WHAT TO PRODUCE> Reproduce the records below exactly, but only between the lines holding "f 457 369 459" and "f 478 488 467", inclusive.

%%

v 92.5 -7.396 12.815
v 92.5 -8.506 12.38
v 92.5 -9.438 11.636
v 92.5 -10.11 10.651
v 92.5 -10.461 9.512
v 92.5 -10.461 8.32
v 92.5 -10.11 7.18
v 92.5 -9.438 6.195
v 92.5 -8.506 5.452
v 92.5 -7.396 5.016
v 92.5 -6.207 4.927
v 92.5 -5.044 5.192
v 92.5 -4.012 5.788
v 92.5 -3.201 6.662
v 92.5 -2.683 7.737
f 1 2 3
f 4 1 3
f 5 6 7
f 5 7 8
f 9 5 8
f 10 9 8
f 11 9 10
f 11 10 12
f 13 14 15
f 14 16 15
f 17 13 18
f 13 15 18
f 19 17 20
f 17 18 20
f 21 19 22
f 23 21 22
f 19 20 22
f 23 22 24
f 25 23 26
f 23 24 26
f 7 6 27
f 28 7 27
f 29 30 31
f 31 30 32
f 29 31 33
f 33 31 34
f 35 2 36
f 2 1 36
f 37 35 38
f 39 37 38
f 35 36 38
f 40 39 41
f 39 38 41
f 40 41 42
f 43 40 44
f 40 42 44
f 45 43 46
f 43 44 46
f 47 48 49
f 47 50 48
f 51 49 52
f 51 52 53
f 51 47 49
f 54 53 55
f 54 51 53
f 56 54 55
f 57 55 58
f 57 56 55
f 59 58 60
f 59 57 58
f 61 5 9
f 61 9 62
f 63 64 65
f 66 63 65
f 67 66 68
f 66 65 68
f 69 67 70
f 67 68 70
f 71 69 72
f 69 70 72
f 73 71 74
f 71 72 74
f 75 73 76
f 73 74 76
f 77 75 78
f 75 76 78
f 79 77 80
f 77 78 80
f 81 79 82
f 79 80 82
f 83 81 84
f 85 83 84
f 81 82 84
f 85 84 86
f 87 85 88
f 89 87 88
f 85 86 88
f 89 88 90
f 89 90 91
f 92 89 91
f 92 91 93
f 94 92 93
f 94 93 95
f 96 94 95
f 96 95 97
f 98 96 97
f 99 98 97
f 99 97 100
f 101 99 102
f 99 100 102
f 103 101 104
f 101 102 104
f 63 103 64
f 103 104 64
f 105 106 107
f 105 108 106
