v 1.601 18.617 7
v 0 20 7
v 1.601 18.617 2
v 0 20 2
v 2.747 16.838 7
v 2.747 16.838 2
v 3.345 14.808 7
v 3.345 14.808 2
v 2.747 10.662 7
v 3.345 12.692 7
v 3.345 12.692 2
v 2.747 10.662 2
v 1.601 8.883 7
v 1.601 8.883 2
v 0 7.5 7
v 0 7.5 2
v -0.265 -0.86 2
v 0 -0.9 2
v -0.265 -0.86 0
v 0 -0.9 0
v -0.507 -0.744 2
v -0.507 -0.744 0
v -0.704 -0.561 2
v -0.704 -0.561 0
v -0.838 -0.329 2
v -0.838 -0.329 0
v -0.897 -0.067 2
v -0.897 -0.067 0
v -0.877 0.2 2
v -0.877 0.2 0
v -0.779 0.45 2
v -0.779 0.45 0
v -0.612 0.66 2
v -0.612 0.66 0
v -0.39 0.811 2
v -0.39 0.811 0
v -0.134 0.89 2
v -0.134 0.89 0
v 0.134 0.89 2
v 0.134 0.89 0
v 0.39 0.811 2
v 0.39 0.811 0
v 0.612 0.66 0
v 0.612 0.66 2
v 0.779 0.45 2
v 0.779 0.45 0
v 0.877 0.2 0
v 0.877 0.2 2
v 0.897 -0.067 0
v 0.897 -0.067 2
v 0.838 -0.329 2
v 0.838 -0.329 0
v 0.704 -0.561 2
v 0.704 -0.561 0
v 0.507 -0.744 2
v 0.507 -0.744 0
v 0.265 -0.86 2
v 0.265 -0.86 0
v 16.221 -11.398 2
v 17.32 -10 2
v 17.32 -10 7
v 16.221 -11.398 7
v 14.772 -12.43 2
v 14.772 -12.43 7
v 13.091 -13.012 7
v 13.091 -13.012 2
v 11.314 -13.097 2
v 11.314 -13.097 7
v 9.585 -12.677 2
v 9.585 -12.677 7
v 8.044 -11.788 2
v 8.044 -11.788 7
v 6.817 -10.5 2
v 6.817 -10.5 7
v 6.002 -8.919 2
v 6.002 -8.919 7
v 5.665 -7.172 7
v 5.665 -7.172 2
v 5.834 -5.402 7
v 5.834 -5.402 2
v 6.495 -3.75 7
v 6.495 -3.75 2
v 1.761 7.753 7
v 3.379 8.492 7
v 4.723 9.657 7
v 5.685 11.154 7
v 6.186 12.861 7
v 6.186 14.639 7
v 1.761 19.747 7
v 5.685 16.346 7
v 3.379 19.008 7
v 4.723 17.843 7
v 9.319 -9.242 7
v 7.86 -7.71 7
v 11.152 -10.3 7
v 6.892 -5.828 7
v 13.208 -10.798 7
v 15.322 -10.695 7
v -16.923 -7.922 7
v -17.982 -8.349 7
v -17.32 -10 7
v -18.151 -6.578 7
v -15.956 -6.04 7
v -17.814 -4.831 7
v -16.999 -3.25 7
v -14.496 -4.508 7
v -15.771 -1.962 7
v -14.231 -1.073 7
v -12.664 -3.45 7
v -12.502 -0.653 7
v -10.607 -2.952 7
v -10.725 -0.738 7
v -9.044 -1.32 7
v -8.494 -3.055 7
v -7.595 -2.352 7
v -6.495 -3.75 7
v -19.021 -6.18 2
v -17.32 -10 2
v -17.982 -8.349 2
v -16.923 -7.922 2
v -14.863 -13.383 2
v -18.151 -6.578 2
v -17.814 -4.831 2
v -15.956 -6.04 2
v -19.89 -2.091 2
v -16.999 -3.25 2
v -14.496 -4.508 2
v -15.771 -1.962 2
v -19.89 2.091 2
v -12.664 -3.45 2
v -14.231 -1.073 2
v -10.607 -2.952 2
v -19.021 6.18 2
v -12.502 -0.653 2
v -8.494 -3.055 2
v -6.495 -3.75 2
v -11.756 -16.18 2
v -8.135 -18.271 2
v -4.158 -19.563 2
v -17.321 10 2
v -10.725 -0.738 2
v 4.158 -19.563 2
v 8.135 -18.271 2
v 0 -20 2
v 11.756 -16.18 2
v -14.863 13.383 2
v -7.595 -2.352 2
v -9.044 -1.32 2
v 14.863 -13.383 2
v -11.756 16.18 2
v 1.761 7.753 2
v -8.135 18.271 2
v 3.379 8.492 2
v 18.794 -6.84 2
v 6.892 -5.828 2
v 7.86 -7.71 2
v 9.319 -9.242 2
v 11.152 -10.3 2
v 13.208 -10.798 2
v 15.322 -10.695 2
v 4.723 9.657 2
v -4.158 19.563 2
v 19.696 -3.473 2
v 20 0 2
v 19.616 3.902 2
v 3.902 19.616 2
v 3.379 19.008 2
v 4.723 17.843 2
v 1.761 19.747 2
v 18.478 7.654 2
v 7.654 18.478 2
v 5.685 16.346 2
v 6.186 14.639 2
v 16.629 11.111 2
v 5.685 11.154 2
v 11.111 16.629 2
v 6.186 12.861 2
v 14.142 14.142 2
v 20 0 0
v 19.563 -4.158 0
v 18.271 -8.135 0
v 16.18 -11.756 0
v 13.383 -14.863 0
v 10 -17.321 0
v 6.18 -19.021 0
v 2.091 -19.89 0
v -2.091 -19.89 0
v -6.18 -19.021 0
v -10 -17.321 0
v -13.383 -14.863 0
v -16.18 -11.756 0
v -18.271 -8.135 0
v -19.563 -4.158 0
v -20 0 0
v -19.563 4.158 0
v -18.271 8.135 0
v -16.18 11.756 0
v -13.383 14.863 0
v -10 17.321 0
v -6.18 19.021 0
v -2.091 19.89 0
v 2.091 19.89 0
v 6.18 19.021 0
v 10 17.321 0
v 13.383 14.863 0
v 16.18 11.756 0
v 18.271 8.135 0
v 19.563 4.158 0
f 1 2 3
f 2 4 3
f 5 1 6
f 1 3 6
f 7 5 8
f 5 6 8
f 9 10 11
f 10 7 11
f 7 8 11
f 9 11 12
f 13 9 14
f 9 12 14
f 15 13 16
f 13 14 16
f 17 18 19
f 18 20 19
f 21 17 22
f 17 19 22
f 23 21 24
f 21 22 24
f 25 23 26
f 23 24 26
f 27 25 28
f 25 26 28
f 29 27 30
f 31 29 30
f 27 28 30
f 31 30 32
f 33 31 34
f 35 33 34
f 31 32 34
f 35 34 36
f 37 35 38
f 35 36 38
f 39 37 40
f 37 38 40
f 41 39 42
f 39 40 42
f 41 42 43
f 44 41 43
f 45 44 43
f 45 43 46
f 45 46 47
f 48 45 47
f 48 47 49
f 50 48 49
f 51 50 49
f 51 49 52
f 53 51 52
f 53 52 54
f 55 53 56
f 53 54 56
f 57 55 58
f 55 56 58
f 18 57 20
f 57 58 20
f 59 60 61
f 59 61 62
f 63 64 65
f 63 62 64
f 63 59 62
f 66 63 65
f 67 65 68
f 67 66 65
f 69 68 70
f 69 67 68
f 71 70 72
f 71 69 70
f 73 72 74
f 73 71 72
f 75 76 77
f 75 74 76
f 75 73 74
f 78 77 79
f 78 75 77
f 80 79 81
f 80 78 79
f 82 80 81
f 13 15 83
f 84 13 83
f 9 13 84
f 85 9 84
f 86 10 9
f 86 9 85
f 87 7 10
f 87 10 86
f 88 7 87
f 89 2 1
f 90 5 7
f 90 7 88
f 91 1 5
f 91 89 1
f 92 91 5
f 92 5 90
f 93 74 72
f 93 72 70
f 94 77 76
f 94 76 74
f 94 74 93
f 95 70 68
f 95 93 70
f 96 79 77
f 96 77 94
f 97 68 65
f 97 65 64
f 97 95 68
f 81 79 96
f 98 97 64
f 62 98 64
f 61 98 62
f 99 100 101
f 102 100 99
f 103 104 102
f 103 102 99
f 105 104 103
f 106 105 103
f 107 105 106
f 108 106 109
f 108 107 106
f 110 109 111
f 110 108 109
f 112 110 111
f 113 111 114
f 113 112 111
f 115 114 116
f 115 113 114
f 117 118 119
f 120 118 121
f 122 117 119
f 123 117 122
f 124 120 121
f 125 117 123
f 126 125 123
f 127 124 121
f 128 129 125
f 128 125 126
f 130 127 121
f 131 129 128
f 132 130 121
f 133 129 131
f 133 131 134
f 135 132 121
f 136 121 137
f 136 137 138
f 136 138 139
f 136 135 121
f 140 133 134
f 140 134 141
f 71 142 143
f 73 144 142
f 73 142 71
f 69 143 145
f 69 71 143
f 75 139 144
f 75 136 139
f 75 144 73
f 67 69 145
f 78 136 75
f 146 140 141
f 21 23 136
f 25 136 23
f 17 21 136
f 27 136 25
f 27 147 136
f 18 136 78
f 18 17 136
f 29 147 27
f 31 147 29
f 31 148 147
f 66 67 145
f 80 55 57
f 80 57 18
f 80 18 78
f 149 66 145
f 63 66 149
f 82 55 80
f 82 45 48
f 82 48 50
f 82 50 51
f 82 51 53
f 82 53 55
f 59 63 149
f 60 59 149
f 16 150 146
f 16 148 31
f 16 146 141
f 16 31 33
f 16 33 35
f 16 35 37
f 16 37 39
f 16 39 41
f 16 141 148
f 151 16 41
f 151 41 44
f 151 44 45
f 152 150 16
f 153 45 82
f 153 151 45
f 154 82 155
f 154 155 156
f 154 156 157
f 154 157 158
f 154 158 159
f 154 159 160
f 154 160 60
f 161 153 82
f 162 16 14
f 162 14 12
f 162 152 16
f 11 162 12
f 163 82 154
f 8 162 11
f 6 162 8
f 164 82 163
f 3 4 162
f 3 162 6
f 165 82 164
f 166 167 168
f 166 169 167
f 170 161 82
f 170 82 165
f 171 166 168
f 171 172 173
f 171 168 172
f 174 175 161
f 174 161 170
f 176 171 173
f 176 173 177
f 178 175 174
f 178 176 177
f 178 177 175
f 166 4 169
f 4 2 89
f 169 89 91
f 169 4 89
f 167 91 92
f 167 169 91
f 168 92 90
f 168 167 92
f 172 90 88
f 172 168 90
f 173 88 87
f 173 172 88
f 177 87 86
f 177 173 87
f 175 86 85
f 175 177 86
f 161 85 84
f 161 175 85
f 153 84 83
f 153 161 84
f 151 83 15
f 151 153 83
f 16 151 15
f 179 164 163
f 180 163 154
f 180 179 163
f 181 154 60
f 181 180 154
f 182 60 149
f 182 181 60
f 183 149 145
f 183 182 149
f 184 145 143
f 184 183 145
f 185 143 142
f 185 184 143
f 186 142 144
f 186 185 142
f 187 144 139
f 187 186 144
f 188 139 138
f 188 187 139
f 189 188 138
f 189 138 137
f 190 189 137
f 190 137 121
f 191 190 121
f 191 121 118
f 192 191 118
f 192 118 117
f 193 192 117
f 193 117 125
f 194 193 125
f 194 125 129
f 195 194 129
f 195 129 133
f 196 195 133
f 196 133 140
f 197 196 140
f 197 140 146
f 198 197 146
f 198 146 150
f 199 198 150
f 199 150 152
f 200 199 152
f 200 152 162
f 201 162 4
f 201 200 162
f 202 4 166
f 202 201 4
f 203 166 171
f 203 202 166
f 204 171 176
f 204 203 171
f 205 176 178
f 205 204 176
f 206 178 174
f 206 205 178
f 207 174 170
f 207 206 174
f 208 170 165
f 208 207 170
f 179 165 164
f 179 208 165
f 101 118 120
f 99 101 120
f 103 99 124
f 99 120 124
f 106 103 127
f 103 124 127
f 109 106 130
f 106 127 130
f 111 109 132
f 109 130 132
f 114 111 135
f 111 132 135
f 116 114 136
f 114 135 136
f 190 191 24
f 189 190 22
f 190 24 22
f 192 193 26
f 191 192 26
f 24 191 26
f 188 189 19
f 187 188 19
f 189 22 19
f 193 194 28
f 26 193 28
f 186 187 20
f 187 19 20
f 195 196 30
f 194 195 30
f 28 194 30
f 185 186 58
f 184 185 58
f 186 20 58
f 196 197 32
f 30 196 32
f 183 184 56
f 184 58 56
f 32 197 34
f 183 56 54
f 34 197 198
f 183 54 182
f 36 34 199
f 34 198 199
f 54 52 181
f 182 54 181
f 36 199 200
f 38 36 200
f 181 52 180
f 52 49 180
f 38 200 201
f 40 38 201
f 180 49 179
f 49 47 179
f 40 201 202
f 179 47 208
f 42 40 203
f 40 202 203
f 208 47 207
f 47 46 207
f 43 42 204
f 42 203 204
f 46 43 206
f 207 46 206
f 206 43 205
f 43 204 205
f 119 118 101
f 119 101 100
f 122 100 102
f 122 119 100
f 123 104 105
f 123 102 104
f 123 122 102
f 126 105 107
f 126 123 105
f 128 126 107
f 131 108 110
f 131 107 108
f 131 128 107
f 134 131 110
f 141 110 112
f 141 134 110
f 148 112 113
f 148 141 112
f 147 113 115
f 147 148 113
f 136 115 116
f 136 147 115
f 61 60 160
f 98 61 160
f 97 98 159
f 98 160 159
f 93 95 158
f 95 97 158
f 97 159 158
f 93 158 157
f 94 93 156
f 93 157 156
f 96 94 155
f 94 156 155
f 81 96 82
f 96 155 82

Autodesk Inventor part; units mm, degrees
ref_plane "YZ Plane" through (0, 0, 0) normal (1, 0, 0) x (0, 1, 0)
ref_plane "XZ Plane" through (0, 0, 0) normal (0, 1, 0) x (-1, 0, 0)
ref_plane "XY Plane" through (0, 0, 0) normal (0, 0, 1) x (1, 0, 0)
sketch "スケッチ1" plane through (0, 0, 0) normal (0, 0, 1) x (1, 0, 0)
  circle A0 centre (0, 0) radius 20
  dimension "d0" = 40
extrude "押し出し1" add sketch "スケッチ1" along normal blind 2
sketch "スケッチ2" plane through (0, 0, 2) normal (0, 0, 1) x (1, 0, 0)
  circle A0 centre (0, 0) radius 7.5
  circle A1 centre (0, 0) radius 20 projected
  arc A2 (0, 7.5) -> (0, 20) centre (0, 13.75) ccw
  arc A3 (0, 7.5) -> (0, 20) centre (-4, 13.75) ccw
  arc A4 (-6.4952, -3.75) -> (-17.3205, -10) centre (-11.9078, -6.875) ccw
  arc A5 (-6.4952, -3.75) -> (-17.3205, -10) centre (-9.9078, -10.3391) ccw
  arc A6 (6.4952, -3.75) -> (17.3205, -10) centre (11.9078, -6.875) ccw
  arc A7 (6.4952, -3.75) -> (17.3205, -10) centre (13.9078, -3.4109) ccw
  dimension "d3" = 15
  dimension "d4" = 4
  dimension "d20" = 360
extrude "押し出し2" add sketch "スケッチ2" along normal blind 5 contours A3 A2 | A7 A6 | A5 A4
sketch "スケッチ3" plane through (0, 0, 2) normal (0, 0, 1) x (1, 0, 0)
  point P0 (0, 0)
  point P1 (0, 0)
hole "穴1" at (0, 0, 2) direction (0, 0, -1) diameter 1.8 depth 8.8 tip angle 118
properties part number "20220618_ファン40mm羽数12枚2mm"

%%
%%

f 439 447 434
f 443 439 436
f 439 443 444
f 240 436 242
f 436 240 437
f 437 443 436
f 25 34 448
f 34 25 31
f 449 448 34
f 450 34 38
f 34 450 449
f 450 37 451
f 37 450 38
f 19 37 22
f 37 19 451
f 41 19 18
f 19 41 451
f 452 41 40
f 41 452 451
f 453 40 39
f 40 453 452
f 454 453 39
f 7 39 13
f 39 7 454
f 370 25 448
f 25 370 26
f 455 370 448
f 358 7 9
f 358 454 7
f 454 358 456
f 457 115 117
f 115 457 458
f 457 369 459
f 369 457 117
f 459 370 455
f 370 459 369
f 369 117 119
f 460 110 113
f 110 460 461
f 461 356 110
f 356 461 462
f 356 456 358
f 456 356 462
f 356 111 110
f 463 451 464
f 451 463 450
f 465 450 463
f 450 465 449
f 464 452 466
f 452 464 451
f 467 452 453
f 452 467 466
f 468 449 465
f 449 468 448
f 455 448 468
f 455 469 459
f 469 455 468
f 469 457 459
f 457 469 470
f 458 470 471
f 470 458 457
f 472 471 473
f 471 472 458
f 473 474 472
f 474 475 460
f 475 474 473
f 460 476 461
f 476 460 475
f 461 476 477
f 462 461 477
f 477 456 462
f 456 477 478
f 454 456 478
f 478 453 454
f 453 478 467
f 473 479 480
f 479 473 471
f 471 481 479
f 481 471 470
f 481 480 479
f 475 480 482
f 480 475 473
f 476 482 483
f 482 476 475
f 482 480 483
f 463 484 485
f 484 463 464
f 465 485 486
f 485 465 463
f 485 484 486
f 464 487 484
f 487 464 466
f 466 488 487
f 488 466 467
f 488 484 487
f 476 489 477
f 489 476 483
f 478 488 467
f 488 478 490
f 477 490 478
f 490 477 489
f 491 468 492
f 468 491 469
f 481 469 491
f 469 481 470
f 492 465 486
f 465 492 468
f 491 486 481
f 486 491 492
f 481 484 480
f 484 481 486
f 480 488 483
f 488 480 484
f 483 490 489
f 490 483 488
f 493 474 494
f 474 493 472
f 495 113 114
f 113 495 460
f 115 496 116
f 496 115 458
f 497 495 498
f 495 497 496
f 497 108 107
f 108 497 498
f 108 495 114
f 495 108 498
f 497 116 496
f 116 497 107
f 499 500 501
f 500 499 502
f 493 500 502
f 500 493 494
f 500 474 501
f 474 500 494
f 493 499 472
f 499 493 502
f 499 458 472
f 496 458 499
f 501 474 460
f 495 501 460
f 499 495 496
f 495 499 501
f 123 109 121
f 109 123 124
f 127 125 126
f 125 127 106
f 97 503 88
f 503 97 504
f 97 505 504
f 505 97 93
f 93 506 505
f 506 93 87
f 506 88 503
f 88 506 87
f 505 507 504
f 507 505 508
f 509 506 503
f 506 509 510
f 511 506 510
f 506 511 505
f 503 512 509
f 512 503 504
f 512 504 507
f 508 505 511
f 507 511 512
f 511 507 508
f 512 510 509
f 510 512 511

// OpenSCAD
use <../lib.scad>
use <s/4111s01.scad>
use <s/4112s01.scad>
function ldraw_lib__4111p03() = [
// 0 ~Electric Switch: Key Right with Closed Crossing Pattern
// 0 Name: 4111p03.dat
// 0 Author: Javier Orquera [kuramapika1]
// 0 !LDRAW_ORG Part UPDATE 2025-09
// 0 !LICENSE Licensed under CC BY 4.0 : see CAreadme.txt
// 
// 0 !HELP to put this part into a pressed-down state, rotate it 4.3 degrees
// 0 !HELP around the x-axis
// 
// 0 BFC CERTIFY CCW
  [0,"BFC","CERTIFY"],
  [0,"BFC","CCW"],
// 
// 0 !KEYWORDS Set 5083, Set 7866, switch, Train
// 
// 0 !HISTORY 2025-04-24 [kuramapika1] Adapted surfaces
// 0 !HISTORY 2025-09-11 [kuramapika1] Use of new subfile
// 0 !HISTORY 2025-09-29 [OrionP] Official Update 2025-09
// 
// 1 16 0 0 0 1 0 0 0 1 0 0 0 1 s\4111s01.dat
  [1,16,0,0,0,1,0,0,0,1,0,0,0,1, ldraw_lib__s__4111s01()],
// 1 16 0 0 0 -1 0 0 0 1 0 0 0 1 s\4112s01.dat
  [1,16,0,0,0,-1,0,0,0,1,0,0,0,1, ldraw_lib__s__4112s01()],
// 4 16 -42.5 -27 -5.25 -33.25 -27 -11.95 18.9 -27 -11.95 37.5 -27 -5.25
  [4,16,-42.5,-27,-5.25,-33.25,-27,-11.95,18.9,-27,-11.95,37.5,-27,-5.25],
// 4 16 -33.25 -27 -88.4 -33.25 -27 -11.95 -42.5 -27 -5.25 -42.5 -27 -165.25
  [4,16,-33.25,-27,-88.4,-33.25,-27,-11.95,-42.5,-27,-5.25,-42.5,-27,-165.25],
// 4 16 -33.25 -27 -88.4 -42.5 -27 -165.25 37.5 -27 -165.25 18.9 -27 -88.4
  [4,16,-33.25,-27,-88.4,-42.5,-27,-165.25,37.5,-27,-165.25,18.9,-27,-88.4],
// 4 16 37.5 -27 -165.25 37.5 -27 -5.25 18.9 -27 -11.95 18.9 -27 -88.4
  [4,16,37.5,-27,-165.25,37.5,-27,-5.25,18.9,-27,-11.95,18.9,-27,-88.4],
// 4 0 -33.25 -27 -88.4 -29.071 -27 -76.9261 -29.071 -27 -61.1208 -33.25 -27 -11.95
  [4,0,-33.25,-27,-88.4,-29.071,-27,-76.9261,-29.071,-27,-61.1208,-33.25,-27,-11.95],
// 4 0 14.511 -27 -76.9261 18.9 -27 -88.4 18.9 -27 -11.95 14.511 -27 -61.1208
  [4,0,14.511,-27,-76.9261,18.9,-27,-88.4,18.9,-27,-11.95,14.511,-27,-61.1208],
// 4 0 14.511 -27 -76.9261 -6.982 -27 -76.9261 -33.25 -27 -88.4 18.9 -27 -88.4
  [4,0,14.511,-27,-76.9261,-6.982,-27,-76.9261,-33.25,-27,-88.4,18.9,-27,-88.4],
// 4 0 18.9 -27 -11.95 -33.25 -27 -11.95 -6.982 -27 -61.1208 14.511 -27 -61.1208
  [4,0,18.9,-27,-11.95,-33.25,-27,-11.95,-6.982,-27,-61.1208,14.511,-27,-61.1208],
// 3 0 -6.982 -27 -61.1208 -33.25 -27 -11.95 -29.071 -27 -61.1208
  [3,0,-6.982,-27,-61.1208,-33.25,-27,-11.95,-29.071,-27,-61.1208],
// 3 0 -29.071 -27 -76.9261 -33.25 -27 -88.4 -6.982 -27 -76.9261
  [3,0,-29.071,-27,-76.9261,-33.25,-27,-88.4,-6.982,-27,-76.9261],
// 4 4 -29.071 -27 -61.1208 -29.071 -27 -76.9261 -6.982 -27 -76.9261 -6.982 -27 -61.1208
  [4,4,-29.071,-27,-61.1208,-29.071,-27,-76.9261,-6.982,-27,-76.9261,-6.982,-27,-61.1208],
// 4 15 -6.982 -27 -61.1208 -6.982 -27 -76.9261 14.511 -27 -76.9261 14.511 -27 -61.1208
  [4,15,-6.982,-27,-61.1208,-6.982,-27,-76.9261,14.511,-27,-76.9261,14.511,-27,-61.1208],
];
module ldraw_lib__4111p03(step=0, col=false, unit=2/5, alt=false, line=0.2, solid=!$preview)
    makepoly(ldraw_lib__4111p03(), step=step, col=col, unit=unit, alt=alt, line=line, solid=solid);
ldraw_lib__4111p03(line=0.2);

%%

SOLUTION BELOW>
f 457 369 459
f 369 457 117
f 459 370 455
f 370 459 369
f 369 117 119
f 460 110 113
f 110 460 461
f 461 356 110
f 356 461 462
f 356 456 358
f 456 356 462
f 356 111 110
f 463 451 464
f 451 463 450
f 465 450 463
f 450 465 449
f 464 452 466
f 452 464 451
f 467 452 453
f 452 467 466
f 468 449 465
f 449 468 448
f 455 448 468
f 455 469 459
f 469 455 468
f 469 457 459
f 457 469 470
f 458 470 471
f 470 458 457
f 472 471 473
f 471 472 458
f 473 474 472
f 474 475 460
f 475 474 473
f 460 476 461
f 476 460 475
f 461 476 477
f 462 461 477
f 477 456 462
f 456 477 478
f 454 456 478
f 478 453 454
f 453 478 467
f 473 479 480
f 479 473 471
f 471 481 479
f 481 471 470
f 481 480 479
f 475 480 482
f 480 475 473
f 476 482 483
f 482 476 475
f 482 480 483
f 463 484 485
f 484 463 464
f 465 485 486
f 485 465 463
f 485 484 486
f 464 487 484
f 487 464 466
f 466 488 487
f 488 466 467
f 488 484 487
f 476 489 477
f 489 476 483
f 478 488 467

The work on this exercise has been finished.